_Exercise prompt_
Give the data again exactly, from its opening line through the line in which "Rebuilt in FreeCAD, every" appears.

_Source records_
=== Begin Enclosure ===

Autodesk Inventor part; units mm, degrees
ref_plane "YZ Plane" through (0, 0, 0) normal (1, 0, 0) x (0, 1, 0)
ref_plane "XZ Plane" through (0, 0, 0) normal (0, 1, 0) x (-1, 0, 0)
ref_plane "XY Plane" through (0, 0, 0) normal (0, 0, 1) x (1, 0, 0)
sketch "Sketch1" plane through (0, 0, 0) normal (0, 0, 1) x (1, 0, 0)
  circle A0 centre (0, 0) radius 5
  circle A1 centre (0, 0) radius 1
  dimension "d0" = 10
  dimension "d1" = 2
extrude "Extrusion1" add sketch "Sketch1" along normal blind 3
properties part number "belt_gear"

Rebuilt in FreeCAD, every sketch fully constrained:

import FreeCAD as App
import Part
import Sketcher

V = App.Vector

doc = App.newDocument("Part")
params = doc.addObject("Spreadsheet::Sheet", "Params")
for row, (alias, value) in enumerate([
    ("sketch1_diameter", "10 mm"),
    ("sketch1_diameter2", "2 mm"),
    ("pad1_length", "3 mm"),
], start=1):
    params.set(f"A{row}", alias)
    params.set(f"B{row}", "=" + value)
    params.setAlias(f"B{row}", alias)

body = doc.addObject("PartDesign::Body", "Body")

# Sketch on XY plane
sketch1 = body.newObject("Sketcher::SketchObject", "Sketch")
sketch1.AttachmentSupport = (doc.getObject("XY_Plane"), [""])
sketch1.MapMode = "FlatFace"
sketch1.addGeometry(Part.Circle(V(0, 0, 0), V(0, 0, 1), 5), False)
sketch1.addGeometry(Part.Circle(V(0, 0, 0), V(0, 0, 1), 1), False)
sketch1.addConstraint(Sketcher.Constraint("Coincident", 0, 3, -1, 1))
sketch1.addConstraint(Sketcher.Constraint("Coincident", 1, 3, -1, 1))
sketch1.addConstraint(Sketcher.Constraint("Diameter", 0, 10.0))
sketch1.addConstraint(Sketcher.Constraint("Diameter", 1, 2.0))
sketch1.setExpression("Constraints[2]", "Params.sketch1_diameter")
sketch1.setExpression("Constraints[3]", "Params.sketch1_diameter2")
pad1 = body.newObject("PartDesign::Pad", "Pad")
pad1.Profile = sketch1
pad1.setExpression("Length", "Params.pad1_length")

doc.recompute()
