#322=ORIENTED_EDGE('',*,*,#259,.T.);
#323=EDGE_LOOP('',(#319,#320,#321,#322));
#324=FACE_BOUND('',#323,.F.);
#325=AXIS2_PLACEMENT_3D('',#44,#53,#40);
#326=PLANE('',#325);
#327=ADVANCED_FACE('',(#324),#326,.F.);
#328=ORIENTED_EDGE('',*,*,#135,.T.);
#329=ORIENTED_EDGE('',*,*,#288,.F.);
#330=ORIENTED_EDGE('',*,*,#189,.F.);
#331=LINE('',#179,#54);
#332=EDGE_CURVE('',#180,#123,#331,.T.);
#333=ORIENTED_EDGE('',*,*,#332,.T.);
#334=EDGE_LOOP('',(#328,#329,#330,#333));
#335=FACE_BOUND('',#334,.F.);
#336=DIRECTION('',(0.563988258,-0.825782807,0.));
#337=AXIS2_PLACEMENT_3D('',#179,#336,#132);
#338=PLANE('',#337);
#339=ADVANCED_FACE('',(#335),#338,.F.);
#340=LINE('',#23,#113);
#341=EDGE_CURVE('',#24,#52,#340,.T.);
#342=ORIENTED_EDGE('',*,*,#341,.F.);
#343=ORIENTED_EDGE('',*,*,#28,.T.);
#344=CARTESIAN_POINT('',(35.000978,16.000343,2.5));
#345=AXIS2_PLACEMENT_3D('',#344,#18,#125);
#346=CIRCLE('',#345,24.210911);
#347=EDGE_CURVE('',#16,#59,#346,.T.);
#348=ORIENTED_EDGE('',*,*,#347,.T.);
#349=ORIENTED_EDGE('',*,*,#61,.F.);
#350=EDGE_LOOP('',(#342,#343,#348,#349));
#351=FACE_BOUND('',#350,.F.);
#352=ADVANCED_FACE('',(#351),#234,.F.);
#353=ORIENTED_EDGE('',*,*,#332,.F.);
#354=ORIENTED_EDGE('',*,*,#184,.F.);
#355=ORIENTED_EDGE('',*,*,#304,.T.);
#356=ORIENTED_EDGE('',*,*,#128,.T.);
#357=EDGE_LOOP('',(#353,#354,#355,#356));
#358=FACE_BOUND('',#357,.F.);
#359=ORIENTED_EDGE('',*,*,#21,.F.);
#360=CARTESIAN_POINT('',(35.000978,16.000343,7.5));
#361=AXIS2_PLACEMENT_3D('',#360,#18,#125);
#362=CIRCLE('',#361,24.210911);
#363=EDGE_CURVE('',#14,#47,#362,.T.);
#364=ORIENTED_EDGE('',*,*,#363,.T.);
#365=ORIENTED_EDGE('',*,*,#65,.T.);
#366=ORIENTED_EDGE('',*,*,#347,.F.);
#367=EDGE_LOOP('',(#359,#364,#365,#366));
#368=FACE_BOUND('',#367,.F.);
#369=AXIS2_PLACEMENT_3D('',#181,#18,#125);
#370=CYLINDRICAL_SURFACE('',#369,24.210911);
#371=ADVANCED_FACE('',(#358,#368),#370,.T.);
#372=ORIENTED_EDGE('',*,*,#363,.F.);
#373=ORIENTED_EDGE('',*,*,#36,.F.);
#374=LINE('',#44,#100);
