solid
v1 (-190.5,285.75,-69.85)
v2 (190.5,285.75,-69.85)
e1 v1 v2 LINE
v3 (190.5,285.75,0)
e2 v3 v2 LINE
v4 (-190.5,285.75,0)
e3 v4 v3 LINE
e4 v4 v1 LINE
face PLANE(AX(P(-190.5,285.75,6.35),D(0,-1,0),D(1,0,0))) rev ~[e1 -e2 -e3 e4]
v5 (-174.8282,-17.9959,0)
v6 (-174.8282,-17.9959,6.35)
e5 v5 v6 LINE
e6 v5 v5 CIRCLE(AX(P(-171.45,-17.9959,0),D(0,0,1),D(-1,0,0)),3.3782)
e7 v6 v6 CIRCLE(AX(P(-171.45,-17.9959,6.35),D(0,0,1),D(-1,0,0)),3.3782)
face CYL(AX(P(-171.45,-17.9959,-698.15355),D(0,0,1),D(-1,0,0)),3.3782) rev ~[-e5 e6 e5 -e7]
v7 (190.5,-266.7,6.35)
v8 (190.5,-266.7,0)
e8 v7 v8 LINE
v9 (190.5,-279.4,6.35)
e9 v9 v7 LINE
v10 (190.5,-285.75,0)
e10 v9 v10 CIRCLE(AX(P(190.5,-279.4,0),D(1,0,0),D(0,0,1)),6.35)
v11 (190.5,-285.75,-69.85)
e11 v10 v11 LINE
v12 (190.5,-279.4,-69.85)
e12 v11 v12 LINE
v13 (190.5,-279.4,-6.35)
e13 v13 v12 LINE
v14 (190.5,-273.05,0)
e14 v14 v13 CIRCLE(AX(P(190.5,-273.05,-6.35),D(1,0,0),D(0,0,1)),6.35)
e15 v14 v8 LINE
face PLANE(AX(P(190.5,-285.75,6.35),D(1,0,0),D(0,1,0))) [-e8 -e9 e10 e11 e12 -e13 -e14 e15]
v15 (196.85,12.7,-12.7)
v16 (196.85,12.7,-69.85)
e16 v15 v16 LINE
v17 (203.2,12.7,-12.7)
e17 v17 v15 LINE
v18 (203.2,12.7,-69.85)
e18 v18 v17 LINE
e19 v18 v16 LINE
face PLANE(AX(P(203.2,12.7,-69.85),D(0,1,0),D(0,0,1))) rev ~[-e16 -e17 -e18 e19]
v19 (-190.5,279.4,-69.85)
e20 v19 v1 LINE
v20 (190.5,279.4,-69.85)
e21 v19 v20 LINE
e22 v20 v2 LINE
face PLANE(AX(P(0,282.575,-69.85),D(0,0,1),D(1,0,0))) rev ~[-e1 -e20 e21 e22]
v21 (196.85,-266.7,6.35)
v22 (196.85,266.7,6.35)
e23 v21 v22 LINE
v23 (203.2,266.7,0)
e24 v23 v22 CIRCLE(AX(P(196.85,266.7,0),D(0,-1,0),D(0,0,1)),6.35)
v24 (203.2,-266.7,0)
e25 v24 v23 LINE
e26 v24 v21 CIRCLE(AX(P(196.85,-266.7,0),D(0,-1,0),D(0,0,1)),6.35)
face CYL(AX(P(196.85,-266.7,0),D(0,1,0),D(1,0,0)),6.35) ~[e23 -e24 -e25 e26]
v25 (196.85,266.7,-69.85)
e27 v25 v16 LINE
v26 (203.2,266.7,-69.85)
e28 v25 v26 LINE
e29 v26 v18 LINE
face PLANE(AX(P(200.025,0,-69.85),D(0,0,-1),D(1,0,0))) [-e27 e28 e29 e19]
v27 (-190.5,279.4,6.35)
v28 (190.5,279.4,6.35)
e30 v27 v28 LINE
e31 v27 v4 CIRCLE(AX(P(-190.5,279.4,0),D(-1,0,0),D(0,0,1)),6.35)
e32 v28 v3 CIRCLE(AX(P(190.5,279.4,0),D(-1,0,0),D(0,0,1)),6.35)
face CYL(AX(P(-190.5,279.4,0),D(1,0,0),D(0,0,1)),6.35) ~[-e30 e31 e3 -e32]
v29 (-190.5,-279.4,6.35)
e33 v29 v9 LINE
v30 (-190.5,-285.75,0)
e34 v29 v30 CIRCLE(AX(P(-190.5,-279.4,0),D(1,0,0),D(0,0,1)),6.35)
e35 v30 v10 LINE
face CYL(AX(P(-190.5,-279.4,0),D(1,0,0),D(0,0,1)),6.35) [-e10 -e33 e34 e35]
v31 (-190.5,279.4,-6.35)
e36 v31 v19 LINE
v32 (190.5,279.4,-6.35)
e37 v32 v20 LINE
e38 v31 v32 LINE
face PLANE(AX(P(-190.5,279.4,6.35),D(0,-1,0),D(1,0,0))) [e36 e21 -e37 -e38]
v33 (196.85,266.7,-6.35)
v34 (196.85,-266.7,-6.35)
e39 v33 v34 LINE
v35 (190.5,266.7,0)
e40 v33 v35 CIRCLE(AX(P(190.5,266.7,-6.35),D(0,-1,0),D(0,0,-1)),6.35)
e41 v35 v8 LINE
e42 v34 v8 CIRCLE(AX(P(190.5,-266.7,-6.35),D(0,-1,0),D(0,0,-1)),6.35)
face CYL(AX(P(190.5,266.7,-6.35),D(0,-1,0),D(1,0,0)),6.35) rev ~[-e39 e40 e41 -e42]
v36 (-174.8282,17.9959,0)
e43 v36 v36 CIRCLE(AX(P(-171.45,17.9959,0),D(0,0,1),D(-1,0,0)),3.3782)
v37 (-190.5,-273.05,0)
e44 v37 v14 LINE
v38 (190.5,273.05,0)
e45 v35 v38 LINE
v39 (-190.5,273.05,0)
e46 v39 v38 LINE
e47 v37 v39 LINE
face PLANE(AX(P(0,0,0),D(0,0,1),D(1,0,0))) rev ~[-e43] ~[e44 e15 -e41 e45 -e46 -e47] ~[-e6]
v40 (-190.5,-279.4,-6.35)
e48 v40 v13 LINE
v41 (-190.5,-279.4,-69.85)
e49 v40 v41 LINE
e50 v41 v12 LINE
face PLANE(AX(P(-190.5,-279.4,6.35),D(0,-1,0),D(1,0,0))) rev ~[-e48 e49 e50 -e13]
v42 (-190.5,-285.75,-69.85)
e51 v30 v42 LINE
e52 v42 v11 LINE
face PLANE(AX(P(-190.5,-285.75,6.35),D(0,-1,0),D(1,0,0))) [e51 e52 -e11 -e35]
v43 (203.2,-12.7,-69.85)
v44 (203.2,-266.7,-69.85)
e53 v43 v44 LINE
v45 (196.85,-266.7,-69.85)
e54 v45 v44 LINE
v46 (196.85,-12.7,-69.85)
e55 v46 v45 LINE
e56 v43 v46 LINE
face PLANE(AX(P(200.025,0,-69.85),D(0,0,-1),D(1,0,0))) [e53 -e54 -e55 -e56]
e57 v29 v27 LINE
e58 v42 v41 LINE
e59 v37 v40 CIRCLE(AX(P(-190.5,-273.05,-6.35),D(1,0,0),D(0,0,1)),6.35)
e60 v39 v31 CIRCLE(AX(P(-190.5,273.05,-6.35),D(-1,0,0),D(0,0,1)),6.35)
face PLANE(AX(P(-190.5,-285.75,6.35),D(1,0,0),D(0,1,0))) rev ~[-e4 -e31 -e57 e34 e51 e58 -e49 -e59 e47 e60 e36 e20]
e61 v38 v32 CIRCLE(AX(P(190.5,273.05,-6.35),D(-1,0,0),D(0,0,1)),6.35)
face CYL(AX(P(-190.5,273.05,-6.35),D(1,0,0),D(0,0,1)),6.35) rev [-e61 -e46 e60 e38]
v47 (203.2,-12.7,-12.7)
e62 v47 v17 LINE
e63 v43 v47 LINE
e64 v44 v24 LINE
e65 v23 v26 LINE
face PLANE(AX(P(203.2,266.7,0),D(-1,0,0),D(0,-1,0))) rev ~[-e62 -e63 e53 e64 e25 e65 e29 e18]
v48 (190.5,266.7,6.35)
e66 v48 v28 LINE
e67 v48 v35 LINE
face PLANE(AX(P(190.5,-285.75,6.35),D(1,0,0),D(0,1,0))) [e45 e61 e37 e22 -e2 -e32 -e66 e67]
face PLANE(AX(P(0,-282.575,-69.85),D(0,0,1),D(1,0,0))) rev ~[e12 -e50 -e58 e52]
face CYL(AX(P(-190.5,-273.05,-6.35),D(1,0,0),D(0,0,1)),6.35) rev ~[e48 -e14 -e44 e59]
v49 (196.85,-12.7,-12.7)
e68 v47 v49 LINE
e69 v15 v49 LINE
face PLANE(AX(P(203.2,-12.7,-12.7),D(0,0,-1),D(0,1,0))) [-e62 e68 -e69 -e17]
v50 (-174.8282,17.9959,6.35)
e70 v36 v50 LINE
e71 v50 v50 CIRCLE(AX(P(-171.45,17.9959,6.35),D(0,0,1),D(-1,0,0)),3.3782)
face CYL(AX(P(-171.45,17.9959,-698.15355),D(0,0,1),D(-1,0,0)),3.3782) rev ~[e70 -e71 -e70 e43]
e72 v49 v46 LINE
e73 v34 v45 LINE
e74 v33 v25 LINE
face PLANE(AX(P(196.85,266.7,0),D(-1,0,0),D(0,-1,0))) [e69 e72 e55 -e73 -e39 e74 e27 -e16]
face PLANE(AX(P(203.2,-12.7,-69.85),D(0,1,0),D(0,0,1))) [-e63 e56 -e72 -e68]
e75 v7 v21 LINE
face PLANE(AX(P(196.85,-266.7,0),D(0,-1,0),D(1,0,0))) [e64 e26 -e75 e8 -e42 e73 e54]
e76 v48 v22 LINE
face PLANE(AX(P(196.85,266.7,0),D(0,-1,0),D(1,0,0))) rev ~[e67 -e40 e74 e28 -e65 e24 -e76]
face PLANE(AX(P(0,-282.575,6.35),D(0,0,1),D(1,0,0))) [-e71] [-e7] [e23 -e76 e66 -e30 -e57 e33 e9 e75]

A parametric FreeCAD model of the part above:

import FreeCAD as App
import Part
import Sketcher
from FreeCAD import Vector
Q = App.Units.Quantity


def edges_at(feature, points):
    """Names of the edges that pass closest to the given points."""
    edges = feature.Shape.Edges
    near = lambda p: min(range(len(edges)), key=lambda i: edges[i].distToShape(Part.Vertex(*p))[0])
    return sorted({f"Edge{near(p) + 1}" for p in points})


def add_polygon(sketch, points):
    """Adds a closed chain of lines whose ends are joined by coincident constraints."""
    first, n = sketch.GeometryCount, len(points)
    for a, b in zip(points, points[1:] + points[:1]):
        sketch.addGeometry(Part.LineSegment(App.Vector(*a, 0), App.Vector(*b, 0)), False)
    for i in range(n):
        sketch.addConstraint(Sketcher.Constraint("Coincident", first + i, 2, first + (i + 1) % n, 1))

doc = App.newDocument("Part")
params = doc.addObject("Spreadsheet::Sheet", "Params")
for row, (alias, value) in enumerate([
    ("sketch1_width", "15 in"),
    ("sketch1_height", "22 in"),
    ("pad1_length", "0.25 in"),
    ("sketch2_width", "15 in"),
    ("sketch2_height", "0.25 in"),
    ("pad2_length", "3 in"),
    ("sketch3_height", "21 in"),
    ("sketch3_width", "0.5 in"),
    ("pad3_length", "0.25 in"),
    ("sketch4_height", "21 in"),
    ("sketch4_width", "0.25 in"),
    ("pad4_length", "2.75 in"),
    ("sketch5_width", "1 in"),
    ("sketch5_height", "2.25 in"),
    ("fillet_radius", "0.25 in"),
    ("sketch6_diameter", "0.266 in"),
    ("hole_diameter", "0.266 in"),
], start=1):
    params.set(f"A{row}", alias)
    params.set(f"B{row}", "=" + value)
    params.setAlias(f"B{row}", alias)

body = doc.addObject("PartDesign::Body", "Body")

sketch1 = body.newObject("Sketcher::SketchObject", "Sketch")
sketch1.AttachmentSupport = (doc.getObject("XY_Plane"), [""])
sketch1.MapMode = "FlatFace"
add_polygon(sketch1, [(-190.5, 279.4), (-190.5, -279.4), (190.5, -279.4), (190.5, 279.4)])
sketch1.addConstraint(Sketcher.Constraint("Vertical", 0))
sketch1.addConstraint(Sketcher.Constraint("Horizontal", 1))
sketch1.addConstraint(Sketcher.Constraint("Vertical", 2))
sketch1.addConstraint(Sketcher.Constraint("Horizontal", 3))
sketch1.addConstraint(Sketcher.Constraint("Symmetric", 0, 2, 2, 2, -1, 1))
sketch1.addConstraint(Sketcher.Constraint("DistanceX", 1, 1, 1, 2, Q("15 in")))
sketch1.addConstraint(Sketcher.Constraint("DistanceY", 0, 2, 0, 1, Q("22 in")))
sketch1.setExpression("Constraints[9]", "Params.sketch1_width")
sketch1.setExpression("Constraints[10]", "Params.sketch1_height")
pad1 = body.newObject("PartDesign::Pad", "Pad")
pad1.Profile = sketch1
pad1.setExpression("Length", "Params.pad1_length")

sketch2 = body.newObject("Sketcher::SketchObject", "Sketch001")
sketch2.AttachmentSupport = (doc.getObject("XY_Plane"), [""])
sketch2.MapMode = "FlatFace"
sketch2.AttachmentOffset = App.Placement(Vector(0, 0, 0.25 * 25.4), App.Rotation())
add_polygon(sketch2, [(-190.5, -279.4), (-190.5, -285.75), (190.5, -285.75), (190.5, -279.4)])
add_polygon(sketch2, [(-190.5, 285.75), (-190.5, 279.4), (190.5, 279.4), (190.5, 285.75)])
sketch2.addConstraint(Sketcher.Constraint("Vertical", 0))
sketch2.addConstraint(Sketcher.Constraint("Horizontal", 1))
sketch2.addConstraint(Sketcher.Constraint("Vertical", 2))
sketch2.addConstraint(Sketcher.Constraint("Horizontal", 3))
sketch2.addConstraint(Sketcher.Constraint("Vertical", 4))
sketch2.addConstraint(Sketcher.Constraint("Horizontal", 5))
sketch2.addConstraint(Sketcher.Constraint("Vertical", 6))
sketch2.addConstraint(Sketcher.Constraint("Horizontal", 7))
sketch2.addConstraint(Sketcher.Constraint("Symmetric", 2, 2, 4, 2, -1, 1))
sketch2.addConstraint(Sketcher.Constraint("Symmetric", 0, 2, 6, 2, -1, 1))
sketch2.addConstraint(Sketcher.Constraint("Vertical", 3, 2, 4, 2))
sketch2.addConstraint(Sketcher.Constraint("DistanceX", 1, 1, 1, 2, Q("15 in")))
sketch2.addConstraint(Sketcher.Constraint("DistanceY", 2, 2, -1, 1, Q("11 in")))
sketch2.addConstraint(Sketcher.Constraint("DistanceY", 0, 2, 0, 1, Q("0.25 in")))
sketch2.setExpression("Constraints[19]", "Params.sketch2_width")
sketch2.setExpression("Constraints[21]", "Params.sketch2_height")
pad2 = body.newObject("PartDesign::Pad", "Pad001")
pad2.Profile = sketch2
pad2.setExpression("Length", "Params.pad2_length")
pad2.Reversed = True

sketch3 = body.newObject("Sketcher::SketchObject", "Sketch002")
sketch3.AttachmentSupport = (doc.getObject("XY_Plane"), [""])
sketch3.MapMode = "FlatFace"
sketch3.AttachmentOffset = App.Placement(Vector(0, 0, 0.25 * 25.4), App.Rotation())
add_polygon(sketch3, [(190.5, 266.7), (190.5, -266.7), (203.2, -266.7), (203.2, 266.7)])
sketch3.addConstraint(Sketcher.Constraint("Vertical", 0))
sketch3.addConstraint(Sketcher.Constraint("Horizontal", 1))
sketch3.addConstraint(Sketcher.Constraint("Vertical", 2))
sketch3.addConstraint(Sketcher.Constraint("Horizontal", 3))
sketch3.addConstraint(Sketcher.Constraint("DistanceY", 0, 2, 0, 1, Q("21 in")))
sketch3.addConstraint(Sketcher.Constraint("DistanceX", 1, 1, 1, 2, Q("0.5 in")))
sketch3.addConstraint(Sketcher.Constraint("DistanceX", -1, 1, 1, 2, Q("8 in")))
sketch3.addConstraint(Sketcher.Constraint("DistanceY", 0, 2, -1, 1, Q("10.5 in")))
sketch3.setExpression("Constraints[8]", "Params.sketch3_height")
sketch3.setExpression("Constraints[9]", "Params.sketch3_width")
pad3 = body.newObject("PartDesign::Pad", "Pad002")
pad3.Profile = sketch3
pad3.setExpression("Length", "Params.pad3_length")
pad3.Reversed = True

=== End Enclosure ===

_Answer to this problem_
Autodesk Inventor part; units mm, degrees
ref_plane "YZ Plane" through (0, 0, 0) normal (1, 0, 0) x (0, 1, 0)
ref_plane "XZ Plane" through (0, 0, 0) normal (0, 1, 0) x (-1, 0, 0)
ref_plane "XY Plane" through (0, 0, 0) normal (0, 0, 1) x (1, 0, 0)
sketch "Sketch1" plane through (0, 0, 0) normal (0, 0, 1) x (1, 0, 0)
  circle A0 centre (0, 0) radius 5
  circle A1 centre (0, 0) radius 1
  dimension "d0" = 10
  dimension "d1" = 2
extrude "Extrusion1" add sketch "Sketch1" along normal blind 3
properties part number "belt_gear"

Rebuilt in FreeCAD, every sketch fully constrained:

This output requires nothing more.